### WHAT THIS TASK INVOLVES
In the listing below, find the line containing "#32=CIRCLE('',#31,3.995);" and the line containing "#42=PLANE('',#31);". Repeat exactly those two lines and every line between them, nothing more.

# # # # # # #

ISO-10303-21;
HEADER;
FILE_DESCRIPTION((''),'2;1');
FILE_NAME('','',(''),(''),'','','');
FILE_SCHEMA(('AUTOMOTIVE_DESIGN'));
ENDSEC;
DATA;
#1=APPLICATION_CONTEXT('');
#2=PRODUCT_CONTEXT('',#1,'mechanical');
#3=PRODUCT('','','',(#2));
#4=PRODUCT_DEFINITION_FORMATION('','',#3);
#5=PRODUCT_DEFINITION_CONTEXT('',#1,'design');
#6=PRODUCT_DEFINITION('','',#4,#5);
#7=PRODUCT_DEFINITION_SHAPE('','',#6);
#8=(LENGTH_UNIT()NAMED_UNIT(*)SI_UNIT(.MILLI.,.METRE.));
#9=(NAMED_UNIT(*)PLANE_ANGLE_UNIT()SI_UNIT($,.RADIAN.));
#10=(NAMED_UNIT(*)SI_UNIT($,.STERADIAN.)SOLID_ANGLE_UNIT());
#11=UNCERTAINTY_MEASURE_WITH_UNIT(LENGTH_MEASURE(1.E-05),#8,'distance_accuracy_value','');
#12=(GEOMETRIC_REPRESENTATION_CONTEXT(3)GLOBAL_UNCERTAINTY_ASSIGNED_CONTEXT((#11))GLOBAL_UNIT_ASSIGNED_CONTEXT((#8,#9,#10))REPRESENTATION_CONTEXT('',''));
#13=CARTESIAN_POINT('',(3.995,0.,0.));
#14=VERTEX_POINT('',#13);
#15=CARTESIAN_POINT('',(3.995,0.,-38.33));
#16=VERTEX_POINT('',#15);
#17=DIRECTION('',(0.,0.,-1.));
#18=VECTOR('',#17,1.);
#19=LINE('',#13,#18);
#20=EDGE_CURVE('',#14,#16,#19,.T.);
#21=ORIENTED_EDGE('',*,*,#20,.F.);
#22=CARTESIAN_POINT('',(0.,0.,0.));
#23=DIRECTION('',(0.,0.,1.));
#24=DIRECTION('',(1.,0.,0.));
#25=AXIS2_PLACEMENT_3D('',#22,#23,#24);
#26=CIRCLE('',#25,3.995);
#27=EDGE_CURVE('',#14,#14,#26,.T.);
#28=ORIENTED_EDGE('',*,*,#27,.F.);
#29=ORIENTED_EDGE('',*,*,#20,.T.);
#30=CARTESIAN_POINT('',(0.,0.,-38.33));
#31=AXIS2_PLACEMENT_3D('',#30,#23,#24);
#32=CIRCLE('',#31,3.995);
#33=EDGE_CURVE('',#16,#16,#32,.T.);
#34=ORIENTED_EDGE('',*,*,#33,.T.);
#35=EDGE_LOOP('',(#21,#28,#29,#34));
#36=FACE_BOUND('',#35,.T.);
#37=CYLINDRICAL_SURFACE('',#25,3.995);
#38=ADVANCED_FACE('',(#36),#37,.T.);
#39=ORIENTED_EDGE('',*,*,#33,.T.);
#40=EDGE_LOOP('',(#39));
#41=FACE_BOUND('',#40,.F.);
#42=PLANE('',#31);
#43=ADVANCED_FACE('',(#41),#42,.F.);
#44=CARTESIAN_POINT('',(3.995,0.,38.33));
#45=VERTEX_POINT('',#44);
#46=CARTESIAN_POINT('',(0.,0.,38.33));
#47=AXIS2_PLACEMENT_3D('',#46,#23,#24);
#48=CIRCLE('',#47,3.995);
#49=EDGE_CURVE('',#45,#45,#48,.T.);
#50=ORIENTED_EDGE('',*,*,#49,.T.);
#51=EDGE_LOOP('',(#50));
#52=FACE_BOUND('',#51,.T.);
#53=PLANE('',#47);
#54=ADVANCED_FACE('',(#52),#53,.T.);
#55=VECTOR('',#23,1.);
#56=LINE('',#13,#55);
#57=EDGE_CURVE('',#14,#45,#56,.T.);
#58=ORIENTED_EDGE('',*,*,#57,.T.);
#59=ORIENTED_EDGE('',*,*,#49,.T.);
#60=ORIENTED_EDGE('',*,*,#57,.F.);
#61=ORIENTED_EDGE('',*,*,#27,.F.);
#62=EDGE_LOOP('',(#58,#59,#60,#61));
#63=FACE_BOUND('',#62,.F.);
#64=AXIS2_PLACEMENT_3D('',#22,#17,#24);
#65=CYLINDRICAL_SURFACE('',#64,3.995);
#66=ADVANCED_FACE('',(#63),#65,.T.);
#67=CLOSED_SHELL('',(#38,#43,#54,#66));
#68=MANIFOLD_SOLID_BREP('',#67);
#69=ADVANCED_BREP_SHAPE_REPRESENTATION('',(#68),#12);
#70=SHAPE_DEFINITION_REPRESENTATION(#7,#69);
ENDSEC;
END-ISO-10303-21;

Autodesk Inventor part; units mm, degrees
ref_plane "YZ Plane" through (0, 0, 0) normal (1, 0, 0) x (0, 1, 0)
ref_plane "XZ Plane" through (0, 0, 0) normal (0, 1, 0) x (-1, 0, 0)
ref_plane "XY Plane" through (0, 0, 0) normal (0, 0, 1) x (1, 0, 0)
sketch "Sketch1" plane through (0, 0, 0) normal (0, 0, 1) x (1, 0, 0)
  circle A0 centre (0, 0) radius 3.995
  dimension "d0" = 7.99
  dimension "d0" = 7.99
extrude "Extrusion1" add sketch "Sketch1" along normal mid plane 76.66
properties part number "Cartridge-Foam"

# # # # # # #

### RESPONSE FOR THIS EXERCISE
#32=CIRCLE('',#31,3.995);
#33=EDGE_CURVE('',#16,#16,#32,.T.);
#34=ORIENTED_EDGE('',*,*,#33,.T.);
#35=EDGE_LOOP('',(#21,#28,#29,#34));
#36=FACE_BOUND('',#35,.T.);
#37=CYLINDRICAL_SURFACE('',#25,3.995);
#38=ADVANCED_FACE('',(#36),#37,.T.);
#39=ORIENTED_EDGE('',*,*,#33,.T.);
#40=EDGE_LOOP('',(#39));
#41=FACE_BOUND('',#40,.F.);
#42=PLANE('',#31);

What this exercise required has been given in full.